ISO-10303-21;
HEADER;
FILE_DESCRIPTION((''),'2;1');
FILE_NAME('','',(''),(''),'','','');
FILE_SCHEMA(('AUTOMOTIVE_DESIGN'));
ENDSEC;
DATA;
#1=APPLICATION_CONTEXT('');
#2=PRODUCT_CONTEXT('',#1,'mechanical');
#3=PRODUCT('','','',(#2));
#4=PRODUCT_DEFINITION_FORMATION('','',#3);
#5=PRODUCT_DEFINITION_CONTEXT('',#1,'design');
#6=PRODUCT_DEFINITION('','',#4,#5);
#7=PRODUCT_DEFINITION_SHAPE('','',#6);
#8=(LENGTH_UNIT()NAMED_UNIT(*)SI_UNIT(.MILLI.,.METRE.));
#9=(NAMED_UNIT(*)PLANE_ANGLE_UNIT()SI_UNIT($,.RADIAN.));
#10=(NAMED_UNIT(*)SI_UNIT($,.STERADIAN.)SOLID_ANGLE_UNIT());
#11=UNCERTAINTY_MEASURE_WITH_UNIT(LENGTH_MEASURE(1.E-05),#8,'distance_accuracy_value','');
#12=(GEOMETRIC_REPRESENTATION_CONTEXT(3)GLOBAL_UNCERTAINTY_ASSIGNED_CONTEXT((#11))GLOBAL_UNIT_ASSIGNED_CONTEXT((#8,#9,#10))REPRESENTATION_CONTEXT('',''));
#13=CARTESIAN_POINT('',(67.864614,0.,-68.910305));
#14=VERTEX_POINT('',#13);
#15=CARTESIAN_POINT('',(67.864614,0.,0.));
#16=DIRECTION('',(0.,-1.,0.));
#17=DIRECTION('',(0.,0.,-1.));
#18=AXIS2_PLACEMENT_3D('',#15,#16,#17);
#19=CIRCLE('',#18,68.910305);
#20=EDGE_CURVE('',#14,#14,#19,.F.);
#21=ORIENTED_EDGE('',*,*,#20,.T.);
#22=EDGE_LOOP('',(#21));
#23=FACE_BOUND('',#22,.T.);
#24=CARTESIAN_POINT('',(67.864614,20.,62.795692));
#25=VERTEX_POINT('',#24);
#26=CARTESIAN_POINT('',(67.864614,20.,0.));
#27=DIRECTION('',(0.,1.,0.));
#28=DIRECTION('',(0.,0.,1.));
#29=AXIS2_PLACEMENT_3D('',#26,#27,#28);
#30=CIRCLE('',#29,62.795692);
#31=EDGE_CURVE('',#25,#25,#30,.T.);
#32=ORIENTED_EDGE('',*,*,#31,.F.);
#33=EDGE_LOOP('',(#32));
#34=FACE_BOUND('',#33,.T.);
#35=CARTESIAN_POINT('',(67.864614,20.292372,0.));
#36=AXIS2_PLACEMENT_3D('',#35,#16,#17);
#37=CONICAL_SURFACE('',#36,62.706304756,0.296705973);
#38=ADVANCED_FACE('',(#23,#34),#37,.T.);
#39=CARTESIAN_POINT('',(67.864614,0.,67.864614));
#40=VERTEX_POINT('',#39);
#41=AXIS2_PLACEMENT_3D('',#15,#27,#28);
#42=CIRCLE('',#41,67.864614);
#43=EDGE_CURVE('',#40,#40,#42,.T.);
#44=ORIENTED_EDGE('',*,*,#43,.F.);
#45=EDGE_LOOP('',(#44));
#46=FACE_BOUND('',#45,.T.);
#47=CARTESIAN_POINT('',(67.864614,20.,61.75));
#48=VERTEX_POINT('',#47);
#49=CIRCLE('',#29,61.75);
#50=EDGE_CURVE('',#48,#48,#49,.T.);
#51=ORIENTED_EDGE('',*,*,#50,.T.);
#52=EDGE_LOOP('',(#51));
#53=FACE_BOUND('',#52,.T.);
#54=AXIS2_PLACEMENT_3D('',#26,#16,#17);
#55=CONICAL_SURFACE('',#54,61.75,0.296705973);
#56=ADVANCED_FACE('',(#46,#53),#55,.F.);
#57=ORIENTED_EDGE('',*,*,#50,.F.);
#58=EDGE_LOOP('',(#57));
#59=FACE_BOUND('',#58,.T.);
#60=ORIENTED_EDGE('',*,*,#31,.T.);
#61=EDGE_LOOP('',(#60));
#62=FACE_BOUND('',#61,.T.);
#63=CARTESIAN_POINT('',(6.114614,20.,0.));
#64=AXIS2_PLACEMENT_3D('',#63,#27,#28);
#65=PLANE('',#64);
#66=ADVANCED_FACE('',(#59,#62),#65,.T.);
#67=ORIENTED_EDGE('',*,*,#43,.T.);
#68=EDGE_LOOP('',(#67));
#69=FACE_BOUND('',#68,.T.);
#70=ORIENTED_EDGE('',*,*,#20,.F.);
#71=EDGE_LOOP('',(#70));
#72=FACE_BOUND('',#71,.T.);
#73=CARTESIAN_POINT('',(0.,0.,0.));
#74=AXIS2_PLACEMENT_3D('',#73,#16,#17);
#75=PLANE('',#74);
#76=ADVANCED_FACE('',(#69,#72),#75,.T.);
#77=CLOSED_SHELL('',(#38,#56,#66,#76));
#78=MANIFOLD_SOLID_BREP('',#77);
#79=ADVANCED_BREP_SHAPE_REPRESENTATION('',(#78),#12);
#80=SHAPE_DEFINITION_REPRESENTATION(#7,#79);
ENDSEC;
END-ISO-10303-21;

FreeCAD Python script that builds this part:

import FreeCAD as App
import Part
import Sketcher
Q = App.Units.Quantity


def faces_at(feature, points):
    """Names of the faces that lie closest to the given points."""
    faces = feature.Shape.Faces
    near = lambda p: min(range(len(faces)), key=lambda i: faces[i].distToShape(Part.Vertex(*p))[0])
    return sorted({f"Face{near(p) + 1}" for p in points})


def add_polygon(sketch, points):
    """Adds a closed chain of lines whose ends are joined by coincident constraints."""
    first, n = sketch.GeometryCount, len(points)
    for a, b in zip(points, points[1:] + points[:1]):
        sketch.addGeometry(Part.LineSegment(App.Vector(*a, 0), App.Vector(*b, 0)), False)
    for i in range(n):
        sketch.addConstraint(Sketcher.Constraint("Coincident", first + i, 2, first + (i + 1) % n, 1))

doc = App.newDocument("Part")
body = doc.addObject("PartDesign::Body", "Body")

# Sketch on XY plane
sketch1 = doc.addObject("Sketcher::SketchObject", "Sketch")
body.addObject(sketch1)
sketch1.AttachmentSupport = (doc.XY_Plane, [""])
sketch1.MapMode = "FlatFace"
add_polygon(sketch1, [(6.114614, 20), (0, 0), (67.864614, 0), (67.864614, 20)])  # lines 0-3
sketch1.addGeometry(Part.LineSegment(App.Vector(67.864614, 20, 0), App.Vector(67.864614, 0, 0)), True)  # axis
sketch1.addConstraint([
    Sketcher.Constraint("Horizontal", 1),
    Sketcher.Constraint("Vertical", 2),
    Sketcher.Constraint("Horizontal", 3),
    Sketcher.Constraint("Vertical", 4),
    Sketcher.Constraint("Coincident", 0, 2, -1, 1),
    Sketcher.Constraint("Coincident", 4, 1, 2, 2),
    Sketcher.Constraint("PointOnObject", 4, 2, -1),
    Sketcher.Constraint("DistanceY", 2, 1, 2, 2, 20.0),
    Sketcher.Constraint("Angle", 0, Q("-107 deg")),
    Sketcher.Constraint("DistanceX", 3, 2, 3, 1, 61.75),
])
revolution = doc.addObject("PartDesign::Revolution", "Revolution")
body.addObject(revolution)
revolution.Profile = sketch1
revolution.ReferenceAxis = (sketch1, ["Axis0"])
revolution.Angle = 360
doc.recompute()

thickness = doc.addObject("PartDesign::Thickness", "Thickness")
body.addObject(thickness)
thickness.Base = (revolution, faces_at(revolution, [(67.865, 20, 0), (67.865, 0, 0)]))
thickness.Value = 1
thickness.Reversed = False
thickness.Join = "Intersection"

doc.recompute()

---

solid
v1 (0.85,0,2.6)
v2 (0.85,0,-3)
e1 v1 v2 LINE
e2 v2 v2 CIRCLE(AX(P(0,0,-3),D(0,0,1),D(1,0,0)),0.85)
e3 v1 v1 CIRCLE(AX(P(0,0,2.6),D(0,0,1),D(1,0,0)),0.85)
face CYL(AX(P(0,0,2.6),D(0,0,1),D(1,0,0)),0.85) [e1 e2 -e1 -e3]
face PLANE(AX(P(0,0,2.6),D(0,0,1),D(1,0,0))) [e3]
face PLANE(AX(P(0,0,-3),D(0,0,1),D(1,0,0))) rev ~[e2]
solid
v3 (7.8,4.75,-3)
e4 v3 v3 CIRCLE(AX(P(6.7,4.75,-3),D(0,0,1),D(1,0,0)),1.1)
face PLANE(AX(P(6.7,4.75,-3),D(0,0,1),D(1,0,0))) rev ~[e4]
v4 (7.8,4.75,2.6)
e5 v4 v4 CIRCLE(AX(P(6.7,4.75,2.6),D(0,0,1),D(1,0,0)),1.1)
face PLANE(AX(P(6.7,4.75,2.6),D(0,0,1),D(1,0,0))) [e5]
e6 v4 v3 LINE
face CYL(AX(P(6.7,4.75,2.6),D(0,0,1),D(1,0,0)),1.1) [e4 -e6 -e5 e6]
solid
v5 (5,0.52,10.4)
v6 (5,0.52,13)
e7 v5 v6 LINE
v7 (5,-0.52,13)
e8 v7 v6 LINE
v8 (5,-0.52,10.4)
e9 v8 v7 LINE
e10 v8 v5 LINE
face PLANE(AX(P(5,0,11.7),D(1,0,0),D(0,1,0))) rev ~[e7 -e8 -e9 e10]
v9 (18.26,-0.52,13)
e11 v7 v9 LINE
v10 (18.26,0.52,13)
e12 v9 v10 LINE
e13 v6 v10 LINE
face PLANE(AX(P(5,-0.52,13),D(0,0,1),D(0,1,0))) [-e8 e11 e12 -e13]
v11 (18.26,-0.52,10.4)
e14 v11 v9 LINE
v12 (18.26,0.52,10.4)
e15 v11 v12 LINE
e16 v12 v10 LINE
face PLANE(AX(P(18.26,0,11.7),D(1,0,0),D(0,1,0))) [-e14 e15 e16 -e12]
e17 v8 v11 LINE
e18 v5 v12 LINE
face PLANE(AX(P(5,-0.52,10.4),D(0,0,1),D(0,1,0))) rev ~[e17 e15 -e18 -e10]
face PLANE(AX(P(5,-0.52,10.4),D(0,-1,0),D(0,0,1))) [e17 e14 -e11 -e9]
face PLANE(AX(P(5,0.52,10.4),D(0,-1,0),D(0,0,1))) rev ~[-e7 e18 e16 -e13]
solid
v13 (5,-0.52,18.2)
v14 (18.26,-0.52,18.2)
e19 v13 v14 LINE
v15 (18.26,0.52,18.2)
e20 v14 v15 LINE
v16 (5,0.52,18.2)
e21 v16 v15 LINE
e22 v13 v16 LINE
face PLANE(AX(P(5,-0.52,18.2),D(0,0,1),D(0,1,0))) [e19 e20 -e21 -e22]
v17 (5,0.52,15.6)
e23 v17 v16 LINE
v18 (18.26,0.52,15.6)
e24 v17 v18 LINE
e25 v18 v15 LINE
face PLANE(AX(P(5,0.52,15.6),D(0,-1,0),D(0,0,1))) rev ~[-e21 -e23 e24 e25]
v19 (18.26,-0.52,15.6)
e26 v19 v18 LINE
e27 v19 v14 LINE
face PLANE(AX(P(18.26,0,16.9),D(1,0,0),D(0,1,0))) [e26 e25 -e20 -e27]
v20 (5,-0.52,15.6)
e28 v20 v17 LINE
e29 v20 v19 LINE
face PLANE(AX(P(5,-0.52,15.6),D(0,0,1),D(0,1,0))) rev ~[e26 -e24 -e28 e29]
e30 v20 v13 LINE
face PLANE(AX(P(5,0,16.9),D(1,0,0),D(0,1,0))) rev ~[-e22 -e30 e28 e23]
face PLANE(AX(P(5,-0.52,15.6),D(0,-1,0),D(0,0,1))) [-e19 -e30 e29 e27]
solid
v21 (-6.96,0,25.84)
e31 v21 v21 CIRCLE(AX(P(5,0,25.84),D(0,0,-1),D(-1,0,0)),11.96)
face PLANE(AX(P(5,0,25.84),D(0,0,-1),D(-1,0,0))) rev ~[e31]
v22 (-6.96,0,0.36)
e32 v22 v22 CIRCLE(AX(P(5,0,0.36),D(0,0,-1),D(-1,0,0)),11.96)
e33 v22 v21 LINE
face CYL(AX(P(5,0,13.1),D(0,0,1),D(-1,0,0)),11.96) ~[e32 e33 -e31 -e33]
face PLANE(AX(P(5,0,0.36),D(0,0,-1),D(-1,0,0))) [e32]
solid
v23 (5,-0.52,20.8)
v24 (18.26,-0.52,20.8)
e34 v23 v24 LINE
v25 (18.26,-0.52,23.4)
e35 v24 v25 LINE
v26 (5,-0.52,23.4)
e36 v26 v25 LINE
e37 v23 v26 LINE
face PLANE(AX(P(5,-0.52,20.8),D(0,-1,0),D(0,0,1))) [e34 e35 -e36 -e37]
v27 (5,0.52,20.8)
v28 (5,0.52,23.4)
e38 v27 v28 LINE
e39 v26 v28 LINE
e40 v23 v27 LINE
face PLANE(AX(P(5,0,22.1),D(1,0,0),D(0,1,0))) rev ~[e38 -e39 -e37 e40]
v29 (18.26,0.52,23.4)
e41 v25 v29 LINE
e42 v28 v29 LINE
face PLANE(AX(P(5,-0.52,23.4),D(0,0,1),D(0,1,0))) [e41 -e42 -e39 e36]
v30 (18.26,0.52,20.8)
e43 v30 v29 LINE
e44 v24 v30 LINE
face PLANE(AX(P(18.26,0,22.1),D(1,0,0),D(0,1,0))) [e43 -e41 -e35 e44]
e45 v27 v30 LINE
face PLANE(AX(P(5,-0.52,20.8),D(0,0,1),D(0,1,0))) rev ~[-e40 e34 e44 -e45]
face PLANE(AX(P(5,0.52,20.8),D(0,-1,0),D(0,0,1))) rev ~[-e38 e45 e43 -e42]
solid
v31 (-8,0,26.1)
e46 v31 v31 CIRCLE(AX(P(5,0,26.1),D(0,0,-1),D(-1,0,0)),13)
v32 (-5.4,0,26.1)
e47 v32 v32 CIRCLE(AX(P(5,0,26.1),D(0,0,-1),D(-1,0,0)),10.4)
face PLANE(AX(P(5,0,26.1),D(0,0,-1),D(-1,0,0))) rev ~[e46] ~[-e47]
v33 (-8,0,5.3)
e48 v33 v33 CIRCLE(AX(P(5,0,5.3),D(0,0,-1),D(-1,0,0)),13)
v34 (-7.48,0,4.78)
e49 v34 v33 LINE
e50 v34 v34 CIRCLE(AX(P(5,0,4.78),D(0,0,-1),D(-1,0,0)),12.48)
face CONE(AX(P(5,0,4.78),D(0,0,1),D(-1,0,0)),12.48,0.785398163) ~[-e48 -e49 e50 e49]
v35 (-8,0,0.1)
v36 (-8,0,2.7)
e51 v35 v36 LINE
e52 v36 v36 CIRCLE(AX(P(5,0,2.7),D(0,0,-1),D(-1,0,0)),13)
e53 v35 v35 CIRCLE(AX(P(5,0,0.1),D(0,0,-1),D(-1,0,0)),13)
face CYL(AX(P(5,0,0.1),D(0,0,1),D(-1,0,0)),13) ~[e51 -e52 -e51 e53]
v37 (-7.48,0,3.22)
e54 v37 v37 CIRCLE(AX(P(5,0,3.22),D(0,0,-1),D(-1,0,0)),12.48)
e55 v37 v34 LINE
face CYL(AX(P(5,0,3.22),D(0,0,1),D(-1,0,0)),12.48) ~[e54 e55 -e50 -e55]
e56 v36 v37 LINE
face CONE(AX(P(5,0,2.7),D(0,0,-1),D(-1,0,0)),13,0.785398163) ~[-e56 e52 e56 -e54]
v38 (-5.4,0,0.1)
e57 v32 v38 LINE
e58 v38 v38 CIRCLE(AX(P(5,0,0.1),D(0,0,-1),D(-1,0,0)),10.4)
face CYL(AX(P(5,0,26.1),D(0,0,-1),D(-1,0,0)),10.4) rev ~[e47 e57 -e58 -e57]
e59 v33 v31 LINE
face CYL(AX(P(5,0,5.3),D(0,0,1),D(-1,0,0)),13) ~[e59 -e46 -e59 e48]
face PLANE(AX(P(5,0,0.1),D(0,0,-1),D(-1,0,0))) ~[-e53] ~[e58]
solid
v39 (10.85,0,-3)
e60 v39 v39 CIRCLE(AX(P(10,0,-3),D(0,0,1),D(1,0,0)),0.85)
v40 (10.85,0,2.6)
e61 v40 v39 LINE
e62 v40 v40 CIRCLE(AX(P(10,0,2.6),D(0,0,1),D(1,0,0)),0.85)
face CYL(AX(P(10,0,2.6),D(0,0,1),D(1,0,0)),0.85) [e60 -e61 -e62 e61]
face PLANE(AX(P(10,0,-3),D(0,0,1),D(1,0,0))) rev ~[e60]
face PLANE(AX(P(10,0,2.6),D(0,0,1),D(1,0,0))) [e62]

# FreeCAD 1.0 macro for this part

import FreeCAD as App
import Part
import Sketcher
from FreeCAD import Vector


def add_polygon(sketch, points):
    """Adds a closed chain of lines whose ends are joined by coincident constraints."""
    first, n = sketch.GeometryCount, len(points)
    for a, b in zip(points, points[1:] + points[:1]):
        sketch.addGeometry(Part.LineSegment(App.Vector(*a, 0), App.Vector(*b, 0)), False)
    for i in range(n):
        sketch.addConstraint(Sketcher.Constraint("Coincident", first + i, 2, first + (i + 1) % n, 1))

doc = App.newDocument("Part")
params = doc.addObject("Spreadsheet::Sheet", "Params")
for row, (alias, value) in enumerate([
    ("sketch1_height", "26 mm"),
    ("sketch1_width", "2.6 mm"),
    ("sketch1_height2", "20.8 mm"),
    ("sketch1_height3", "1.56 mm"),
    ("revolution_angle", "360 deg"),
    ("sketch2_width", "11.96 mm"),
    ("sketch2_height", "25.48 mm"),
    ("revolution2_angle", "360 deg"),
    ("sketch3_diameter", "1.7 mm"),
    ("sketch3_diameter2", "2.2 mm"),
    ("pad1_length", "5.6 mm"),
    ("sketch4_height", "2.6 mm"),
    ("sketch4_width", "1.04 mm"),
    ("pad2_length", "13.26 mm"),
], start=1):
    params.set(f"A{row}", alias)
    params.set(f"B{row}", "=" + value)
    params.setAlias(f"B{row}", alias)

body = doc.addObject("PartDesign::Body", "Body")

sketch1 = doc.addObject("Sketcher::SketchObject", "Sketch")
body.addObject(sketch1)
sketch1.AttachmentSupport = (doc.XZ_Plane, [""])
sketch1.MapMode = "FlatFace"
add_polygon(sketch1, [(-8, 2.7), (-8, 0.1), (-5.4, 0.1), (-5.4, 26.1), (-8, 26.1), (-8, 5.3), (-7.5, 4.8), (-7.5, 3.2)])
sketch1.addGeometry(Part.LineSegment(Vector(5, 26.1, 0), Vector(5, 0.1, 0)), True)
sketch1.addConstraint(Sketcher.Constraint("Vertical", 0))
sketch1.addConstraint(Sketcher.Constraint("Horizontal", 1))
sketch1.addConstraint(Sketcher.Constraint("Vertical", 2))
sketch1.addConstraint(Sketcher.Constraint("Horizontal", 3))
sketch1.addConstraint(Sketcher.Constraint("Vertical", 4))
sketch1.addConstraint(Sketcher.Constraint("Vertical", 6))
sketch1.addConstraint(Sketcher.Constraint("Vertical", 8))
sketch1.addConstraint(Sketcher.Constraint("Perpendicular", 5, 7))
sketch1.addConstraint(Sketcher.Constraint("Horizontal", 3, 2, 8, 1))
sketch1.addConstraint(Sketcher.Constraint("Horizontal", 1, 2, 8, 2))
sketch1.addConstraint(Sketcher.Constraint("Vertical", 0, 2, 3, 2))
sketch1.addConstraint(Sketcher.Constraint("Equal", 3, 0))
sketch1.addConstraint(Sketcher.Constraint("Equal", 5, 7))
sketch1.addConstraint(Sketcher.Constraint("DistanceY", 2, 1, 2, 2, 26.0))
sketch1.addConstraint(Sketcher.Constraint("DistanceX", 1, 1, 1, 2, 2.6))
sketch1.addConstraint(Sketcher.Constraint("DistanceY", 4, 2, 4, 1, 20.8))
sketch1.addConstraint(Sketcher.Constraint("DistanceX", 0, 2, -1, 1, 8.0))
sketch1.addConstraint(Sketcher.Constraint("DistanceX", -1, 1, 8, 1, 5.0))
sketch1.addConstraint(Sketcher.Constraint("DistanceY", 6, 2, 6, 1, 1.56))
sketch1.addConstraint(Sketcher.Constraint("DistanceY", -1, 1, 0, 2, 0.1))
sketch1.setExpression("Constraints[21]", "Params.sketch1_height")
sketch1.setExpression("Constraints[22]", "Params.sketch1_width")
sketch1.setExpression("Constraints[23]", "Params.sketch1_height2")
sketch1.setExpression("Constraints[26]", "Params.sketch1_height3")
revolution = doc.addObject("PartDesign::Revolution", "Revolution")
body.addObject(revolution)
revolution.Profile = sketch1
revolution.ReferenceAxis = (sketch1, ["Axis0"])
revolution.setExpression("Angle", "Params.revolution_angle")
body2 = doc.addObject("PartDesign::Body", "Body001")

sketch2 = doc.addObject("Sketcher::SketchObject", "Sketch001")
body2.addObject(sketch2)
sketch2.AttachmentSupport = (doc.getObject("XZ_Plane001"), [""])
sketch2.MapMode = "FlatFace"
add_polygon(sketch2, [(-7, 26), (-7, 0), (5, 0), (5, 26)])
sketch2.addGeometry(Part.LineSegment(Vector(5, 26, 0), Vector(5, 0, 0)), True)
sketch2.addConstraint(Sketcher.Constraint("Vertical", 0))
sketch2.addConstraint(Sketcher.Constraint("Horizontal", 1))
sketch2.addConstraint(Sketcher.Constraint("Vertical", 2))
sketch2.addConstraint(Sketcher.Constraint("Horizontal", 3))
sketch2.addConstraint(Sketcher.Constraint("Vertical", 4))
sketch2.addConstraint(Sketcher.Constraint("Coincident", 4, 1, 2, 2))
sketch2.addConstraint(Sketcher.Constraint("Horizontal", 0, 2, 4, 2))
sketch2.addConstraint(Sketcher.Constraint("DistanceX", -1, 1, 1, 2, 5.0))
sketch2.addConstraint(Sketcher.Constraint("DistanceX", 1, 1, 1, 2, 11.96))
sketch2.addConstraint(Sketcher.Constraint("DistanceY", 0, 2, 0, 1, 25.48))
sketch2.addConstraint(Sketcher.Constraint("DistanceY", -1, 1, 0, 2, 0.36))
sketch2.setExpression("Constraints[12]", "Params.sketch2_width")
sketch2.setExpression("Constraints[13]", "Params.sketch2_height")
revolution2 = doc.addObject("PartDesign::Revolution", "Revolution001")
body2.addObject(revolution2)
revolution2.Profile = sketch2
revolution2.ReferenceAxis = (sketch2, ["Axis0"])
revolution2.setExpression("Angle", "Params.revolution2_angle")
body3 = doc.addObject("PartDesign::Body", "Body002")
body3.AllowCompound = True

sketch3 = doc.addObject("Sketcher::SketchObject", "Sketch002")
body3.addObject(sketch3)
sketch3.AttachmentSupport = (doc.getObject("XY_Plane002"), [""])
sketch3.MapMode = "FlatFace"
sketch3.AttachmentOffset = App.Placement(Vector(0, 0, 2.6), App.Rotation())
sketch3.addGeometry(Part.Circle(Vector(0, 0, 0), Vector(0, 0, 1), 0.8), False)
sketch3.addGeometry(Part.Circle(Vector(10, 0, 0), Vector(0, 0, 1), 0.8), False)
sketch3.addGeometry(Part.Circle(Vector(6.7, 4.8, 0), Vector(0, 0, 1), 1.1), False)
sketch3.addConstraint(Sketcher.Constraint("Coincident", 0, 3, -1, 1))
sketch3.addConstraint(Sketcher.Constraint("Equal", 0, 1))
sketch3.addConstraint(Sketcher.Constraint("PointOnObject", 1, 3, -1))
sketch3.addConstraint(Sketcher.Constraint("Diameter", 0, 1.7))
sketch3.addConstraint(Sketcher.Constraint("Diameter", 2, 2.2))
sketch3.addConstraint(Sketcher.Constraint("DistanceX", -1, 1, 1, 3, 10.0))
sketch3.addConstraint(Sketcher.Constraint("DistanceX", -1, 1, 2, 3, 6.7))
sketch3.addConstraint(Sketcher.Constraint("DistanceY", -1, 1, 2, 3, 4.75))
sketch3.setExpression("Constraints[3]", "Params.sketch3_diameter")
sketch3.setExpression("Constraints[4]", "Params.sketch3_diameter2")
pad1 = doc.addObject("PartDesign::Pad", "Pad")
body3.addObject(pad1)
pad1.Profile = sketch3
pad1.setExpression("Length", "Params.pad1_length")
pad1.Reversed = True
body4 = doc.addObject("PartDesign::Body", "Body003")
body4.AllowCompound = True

• What is being asked:
Using the records above, set down exactly the lines from the one with "#67=ORIENTED_EDGE('',*,*,#43,.T.);" through the one with "FreeCAD Python script", inclusive, and nothing more.

• Worked solution:
#67=ORIENTED_EDGE('',*,*,#43,.T.);
#68=EDGE_LOOP('',(#67));
#69=FACE_BOUND('',#68,.T.);
#70=ORIENTED_EDGE('',*,*,#20,.F.);
#71=EDGE_LOOP('',(#70));
#72=FACE_BOUND('',#71,.T.);
#73=CARTESIAN_POINT('',(0.,0.,0.));
#74=AXIS2_PLACEMENT_3D('',#73,#16,#17);
#75=PLANE('',#74);
#76=ADVANCED_FACE('',(#69,#72),#75,.T.);
#77=CLOSED_SHELL('',(#38,#56,#66,#76));
#78=MANIFOLD_SOLID_BREP('',#77);
#79=ADVANCED_BREP_SHAPE_REPRESENTATION('',(#78),#12);
#80=SHAPE_DEFINITION_REPRESENTATION(#7,#79);
ENDSEC;
END-ISO-10303-21;

FreeCAD Python script that builds this part:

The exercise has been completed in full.